╔══
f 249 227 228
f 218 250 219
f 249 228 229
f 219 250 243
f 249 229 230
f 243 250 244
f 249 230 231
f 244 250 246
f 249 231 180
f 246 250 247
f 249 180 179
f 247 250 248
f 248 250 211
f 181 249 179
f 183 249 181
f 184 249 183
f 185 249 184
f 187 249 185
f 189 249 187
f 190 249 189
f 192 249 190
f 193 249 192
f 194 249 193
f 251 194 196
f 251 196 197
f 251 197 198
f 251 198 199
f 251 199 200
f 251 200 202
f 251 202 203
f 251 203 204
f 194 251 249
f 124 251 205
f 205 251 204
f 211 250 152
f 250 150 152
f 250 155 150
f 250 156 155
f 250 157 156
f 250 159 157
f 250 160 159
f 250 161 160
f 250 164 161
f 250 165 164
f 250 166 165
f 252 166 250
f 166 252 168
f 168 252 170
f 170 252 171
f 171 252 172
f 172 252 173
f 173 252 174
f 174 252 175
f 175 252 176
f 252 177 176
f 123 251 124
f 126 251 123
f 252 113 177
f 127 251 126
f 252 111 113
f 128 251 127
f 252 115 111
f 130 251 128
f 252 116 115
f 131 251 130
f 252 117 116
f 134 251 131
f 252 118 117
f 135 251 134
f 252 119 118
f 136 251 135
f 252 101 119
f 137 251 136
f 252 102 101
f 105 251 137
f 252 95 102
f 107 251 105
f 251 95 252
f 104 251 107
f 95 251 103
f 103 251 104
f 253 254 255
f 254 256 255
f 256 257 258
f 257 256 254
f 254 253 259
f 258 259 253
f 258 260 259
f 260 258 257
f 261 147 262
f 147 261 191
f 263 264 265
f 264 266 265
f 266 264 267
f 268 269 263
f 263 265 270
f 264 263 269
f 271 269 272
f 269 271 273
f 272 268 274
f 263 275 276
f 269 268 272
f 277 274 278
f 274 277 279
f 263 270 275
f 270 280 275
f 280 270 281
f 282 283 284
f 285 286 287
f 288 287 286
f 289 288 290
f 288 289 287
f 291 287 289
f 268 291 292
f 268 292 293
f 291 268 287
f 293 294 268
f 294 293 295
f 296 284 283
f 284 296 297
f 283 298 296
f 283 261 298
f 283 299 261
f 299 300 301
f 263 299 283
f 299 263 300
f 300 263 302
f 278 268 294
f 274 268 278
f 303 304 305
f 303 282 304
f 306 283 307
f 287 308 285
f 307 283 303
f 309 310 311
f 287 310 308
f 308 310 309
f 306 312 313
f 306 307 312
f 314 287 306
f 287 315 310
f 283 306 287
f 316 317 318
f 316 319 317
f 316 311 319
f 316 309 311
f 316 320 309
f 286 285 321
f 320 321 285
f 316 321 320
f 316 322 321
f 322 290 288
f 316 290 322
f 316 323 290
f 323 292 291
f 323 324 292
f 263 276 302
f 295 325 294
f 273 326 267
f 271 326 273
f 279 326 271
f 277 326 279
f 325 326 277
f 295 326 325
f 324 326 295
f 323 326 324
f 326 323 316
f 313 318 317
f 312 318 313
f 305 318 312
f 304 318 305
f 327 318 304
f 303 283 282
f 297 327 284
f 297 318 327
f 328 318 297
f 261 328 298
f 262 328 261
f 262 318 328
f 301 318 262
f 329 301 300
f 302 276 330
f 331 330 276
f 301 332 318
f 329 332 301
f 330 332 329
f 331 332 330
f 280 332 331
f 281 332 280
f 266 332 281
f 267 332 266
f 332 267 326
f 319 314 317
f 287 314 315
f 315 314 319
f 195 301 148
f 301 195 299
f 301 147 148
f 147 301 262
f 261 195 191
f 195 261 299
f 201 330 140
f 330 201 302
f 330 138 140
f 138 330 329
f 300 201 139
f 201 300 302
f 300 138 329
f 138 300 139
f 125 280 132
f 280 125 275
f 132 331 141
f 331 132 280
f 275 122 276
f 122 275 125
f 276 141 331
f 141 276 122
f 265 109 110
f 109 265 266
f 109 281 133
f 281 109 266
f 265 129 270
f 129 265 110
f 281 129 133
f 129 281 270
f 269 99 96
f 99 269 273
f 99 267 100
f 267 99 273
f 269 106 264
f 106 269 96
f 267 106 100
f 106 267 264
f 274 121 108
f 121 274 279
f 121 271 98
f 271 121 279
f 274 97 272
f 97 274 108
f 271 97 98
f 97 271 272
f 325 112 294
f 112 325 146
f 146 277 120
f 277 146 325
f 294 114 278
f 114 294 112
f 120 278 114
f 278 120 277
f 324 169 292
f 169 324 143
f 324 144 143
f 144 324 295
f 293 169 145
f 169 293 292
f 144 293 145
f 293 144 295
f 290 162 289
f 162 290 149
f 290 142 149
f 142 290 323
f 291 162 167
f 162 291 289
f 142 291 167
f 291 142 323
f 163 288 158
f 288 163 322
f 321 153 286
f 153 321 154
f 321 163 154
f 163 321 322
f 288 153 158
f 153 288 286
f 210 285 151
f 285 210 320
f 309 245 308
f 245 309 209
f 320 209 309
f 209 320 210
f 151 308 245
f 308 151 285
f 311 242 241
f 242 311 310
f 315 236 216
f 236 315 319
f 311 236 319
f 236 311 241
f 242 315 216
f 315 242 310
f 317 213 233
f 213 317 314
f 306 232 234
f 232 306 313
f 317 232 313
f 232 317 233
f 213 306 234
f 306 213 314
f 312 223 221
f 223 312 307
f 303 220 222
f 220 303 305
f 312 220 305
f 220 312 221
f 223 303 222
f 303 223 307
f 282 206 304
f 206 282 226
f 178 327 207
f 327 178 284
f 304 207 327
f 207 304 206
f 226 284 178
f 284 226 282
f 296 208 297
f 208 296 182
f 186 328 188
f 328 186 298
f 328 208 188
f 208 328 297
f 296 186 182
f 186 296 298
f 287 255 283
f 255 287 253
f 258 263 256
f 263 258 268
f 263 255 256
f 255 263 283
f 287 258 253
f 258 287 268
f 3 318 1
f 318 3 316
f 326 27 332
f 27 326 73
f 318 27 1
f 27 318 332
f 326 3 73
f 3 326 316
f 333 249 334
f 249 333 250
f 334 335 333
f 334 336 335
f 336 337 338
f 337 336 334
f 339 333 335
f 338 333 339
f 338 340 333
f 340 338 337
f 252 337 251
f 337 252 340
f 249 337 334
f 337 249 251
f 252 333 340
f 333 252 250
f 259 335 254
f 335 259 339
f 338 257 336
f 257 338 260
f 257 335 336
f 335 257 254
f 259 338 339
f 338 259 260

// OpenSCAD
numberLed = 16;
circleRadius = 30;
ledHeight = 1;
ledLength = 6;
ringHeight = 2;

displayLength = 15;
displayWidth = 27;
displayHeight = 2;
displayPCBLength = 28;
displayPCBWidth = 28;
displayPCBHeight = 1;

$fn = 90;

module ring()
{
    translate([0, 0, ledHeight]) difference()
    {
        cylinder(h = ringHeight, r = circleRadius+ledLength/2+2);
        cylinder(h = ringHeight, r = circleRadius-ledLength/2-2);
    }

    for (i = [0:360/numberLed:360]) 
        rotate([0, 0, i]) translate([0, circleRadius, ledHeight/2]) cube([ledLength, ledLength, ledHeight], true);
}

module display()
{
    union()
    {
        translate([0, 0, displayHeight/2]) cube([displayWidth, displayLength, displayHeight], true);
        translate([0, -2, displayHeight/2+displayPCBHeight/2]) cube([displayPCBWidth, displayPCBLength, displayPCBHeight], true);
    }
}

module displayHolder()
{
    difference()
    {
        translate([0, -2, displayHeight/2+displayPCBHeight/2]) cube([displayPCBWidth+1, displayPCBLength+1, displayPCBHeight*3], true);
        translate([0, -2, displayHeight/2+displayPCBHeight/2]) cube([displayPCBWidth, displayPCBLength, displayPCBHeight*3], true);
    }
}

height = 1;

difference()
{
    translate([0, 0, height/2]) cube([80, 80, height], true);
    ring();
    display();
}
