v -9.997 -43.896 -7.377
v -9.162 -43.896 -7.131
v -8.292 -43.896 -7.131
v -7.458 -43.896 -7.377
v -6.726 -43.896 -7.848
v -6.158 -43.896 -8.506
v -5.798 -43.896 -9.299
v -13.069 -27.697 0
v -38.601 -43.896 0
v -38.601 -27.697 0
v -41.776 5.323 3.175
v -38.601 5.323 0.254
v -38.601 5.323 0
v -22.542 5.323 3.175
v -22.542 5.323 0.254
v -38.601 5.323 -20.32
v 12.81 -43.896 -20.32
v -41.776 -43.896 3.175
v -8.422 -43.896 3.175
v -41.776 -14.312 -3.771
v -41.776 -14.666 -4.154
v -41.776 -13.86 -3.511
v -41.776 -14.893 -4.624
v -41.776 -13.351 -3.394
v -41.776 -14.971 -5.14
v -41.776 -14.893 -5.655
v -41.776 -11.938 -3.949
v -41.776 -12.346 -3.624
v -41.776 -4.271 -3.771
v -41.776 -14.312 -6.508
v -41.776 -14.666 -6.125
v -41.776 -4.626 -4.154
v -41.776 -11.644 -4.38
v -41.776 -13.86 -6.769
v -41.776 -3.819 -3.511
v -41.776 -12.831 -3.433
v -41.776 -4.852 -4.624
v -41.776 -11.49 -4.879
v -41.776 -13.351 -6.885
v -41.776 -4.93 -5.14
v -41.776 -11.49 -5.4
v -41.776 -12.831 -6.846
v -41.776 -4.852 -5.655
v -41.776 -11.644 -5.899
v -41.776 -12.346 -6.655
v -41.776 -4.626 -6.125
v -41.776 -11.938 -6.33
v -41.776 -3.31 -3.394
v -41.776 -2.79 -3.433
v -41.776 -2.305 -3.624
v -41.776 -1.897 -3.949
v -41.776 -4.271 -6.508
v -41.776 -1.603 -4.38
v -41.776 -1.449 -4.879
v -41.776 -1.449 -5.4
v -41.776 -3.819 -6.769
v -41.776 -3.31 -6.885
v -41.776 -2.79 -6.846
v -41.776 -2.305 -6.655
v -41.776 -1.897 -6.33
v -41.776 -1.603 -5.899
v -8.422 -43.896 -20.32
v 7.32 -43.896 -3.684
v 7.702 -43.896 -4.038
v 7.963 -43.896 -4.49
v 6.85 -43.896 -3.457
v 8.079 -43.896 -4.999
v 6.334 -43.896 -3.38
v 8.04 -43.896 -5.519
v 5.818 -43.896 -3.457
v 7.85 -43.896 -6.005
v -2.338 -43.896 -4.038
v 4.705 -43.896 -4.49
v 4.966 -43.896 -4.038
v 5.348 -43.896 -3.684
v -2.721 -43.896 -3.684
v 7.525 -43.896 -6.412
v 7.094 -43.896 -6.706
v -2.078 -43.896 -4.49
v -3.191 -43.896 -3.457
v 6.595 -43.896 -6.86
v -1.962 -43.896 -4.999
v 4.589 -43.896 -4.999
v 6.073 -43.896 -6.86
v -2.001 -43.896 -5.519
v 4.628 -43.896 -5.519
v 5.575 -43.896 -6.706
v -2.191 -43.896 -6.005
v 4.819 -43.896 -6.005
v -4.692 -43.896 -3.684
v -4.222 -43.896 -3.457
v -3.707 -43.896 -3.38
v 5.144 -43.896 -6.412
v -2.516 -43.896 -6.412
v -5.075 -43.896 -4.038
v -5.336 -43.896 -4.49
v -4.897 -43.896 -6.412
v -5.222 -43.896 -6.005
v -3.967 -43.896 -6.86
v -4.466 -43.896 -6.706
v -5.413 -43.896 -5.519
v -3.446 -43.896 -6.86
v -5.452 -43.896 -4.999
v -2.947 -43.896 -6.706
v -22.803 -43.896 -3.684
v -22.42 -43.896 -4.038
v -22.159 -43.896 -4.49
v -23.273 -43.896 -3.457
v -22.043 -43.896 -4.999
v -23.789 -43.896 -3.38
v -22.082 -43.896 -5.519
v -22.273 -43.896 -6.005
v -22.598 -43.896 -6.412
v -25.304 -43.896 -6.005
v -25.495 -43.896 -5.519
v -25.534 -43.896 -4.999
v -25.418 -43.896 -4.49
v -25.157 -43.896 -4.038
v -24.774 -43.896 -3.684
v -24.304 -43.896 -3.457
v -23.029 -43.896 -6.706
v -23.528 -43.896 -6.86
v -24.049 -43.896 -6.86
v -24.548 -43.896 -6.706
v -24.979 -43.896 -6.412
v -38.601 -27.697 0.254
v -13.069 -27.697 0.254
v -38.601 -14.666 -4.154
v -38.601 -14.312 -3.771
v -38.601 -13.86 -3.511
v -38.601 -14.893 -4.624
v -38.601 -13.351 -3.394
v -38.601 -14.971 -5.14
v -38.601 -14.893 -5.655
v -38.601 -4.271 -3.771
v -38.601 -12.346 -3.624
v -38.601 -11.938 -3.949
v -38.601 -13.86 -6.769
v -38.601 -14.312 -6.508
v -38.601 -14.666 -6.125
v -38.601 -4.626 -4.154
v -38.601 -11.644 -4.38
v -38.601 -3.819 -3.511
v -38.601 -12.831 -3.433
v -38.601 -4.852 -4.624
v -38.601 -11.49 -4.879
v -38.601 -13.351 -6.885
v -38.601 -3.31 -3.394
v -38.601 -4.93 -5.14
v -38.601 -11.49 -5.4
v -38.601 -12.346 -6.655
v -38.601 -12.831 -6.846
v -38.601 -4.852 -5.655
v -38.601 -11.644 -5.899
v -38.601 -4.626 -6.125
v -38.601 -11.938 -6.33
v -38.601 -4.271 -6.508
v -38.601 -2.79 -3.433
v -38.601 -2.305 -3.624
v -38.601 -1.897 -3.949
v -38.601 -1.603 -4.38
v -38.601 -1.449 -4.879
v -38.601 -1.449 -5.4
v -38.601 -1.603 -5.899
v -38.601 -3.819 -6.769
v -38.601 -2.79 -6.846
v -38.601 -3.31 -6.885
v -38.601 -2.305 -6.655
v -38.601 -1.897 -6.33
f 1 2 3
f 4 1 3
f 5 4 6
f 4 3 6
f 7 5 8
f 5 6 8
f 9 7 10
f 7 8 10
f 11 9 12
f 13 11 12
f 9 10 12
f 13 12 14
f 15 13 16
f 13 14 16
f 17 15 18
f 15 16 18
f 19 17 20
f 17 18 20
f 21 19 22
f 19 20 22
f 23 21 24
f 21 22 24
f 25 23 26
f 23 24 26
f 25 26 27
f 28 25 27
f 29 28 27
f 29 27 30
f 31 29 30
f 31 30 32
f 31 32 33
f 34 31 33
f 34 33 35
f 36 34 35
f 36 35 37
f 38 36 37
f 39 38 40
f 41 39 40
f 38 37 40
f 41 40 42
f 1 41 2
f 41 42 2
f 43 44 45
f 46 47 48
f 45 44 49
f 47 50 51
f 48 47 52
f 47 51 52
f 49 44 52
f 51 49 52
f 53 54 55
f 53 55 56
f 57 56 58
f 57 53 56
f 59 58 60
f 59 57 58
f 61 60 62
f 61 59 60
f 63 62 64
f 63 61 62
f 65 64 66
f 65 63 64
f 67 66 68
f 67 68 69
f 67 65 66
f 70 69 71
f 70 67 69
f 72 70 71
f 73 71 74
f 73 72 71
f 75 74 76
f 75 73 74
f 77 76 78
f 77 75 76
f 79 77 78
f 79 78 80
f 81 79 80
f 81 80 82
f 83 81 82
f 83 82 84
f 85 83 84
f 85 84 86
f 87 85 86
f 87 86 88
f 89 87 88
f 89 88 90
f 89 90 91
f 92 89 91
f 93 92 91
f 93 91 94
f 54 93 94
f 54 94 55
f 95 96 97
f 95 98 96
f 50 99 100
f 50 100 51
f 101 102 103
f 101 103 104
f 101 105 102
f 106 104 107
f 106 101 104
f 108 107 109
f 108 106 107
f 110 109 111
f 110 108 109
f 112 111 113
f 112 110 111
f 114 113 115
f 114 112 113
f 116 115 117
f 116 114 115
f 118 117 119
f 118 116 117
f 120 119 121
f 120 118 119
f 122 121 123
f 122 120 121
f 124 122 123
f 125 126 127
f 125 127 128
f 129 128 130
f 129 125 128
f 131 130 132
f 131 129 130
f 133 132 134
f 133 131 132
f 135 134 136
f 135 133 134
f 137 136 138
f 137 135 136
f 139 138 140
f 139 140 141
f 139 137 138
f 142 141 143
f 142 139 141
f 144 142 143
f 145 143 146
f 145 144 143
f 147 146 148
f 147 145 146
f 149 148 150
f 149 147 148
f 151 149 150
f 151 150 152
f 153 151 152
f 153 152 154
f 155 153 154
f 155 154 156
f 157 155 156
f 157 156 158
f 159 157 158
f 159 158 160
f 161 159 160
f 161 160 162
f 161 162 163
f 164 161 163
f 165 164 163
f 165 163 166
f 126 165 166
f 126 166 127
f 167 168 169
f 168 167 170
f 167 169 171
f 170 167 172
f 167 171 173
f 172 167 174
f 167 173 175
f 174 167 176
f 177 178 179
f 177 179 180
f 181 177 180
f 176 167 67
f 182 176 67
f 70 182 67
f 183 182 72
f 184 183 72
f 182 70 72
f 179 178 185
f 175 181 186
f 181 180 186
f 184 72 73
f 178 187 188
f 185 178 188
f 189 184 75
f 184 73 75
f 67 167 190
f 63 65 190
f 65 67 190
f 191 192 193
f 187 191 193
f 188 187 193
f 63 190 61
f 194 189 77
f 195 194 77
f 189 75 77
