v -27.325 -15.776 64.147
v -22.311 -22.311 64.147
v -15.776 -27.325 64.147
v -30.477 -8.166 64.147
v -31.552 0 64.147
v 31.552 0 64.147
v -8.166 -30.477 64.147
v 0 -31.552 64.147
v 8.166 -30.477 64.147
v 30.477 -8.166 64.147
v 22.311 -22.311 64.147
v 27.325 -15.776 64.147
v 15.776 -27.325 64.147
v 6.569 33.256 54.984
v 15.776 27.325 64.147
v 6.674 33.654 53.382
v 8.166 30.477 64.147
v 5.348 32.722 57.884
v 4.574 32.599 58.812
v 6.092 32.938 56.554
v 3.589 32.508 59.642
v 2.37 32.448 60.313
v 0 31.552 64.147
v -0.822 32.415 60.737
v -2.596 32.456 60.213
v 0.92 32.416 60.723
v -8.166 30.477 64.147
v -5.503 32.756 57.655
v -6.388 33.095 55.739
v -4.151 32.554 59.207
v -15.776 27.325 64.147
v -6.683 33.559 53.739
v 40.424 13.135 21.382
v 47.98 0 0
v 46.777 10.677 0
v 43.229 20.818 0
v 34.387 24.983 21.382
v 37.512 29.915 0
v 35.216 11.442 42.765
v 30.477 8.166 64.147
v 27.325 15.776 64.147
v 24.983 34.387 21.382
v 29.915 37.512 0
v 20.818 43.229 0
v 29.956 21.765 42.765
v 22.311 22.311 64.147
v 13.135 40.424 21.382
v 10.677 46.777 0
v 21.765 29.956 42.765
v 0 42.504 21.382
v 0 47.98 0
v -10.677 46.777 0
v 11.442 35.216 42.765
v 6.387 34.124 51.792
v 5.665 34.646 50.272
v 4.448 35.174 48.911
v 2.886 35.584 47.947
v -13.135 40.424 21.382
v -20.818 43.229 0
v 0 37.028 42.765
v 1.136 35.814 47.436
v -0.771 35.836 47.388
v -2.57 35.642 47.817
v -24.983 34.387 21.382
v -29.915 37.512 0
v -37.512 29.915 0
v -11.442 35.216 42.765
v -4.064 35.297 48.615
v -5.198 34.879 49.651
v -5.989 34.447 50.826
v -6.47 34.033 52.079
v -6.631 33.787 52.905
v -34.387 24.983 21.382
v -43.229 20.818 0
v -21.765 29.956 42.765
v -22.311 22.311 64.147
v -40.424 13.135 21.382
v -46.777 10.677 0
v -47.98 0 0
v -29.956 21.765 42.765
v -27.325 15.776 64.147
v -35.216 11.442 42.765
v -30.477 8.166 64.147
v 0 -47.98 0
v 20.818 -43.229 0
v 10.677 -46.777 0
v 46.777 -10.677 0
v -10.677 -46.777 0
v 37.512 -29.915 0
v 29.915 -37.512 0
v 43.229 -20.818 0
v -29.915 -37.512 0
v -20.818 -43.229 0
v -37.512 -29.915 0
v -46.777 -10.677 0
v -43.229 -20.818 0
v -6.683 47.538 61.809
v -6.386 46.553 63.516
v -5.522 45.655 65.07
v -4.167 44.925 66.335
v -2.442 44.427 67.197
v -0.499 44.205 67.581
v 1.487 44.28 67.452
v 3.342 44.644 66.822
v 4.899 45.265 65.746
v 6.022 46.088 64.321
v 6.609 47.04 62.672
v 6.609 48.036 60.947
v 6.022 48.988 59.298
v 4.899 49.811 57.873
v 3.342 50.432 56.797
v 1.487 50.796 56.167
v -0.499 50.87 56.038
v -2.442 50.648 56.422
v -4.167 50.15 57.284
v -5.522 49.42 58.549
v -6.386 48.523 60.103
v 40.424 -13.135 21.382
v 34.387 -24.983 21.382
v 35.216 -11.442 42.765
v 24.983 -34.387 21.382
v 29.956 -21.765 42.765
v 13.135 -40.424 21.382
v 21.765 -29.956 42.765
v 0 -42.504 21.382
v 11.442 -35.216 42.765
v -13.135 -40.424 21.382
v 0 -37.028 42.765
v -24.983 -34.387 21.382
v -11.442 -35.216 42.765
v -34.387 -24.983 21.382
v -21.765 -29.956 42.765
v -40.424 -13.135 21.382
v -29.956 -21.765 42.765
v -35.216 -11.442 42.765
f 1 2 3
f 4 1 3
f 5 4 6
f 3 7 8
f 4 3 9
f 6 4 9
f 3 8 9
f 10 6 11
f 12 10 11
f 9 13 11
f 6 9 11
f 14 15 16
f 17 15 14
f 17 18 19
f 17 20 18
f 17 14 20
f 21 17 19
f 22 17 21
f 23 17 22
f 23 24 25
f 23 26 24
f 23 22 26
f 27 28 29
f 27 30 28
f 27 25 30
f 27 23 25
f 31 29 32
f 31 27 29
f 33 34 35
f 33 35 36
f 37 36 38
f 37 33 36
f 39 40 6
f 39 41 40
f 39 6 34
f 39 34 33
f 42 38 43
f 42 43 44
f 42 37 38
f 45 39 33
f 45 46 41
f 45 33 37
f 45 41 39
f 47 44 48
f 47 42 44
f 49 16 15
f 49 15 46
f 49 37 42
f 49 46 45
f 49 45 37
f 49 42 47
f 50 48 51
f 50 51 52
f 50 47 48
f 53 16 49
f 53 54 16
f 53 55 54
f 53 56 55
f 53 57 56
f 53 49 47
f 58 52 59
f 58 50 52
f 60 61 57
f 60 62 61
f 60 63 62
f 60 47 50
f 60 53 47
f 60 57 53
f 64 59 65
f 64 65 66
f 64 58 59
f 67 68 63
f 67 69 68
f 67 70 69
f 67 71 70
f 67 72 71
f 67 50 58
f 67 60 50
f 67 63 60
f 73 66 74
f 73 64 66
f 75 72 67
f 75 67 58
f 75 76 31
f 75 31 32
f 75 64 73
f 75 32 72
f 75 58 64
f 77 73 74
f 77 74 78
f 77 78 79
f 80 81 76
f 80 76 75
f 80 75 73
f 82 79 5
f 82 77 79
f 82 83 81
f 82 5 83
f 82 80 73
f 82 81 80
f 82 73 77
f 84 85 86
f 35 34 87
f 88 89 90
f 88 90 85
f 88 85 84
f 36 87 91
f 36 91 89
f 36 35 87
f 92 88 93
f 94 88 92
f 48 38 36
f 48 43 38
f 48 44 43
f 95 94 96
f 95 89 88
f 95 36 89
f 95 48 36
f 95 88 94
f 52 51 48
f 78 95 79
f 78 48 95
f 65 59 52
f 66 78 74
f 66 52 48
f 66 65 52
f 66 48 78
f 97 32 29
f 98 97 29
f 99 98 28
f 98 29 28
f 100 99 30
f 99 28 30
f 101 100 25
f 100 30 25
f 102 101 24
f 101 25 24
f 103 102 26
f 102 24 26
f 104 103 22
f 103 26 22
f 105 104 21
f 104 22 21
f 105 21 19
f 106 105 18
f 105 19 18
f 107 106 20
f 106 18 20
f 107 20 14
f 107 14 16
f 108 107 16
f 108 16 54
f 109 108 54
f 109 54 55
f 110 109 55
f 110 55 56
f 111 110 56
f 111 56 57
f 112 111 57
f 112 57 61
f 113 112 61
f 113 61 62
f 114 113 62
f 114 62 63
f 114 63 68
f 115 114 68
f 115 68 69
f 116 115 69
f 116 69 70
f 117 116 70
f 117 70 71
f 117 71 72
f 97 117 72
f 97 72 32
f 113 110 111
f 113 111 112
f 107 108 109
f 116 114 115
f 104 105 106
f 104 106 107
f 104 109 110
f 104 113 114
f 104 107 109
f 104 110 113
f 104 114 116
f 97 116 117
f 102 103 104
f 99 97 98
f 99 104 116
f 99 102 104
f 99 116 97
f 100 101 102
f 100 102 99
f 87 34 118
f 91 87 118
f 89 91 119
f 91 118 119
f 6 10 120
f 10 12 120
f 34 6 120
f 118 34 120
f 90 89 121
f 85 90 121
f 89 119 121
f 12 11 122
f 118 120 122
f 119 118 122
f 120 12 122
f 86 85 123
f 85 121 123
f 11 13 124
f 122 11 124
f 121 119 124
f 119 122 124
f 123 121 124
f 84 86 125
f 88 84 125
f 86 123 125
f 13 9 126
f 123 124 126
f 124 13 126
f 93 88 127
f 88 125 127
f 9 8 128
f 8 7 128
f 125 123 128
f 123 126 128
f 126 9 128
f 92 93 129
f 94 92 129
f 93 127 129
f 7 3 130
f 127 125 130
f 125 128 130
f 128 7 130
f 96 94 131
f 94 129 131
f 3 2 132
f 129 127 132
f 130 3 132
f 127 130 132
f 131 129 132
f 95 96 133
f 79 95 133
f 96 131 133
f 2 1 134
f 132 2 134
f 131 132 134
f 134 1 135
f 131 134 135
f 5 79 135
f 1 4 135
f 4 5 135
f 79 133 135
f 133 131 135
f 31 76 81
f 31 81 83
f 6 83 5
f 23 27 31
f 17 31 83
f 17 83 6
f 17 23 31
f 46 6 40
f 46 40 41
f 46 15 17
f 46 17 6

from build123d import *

# Parameters (mm, degrees)
F1_ANGLE = 180
F4_R     = 6.68337
F5_DEPTH = 40


with BuildPart() as f1:
    # F0 (on Front) → F1 (revolve)
    with BuildSketch(Plane.XZ):
        Polygon((0, 64.147353), (0, 0), (47.980133, 0), (31.552151, 64.147353), align=None)
    revolve(axis=Axis((0, 0, 32.073677), (0, 0, -1)), revolution_arc=F1_ANGLE)

    # F3: F1 across plane


with BuildPart() as f1_1:
    add(f1.part)
    add(f1.part.mirror(Plane.XZ))

    # F4 (on face) → F5 (join)
    with BuildSketch(Plane(origin=(0, 27.776619, 16.036838), x_dir=(-1, 0, 0), z_dir=(0, 0.866025, 0.5))):
        with Locations((0, 29.759701)):
            Circle(F4_R)
    extrude(amount=F5_DEPTH)


solid = f1_1.part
╚══
In the entries above, how many lines hold the word "displayHeight"? State the number only.

RESULT OF THE EXERCISE: 5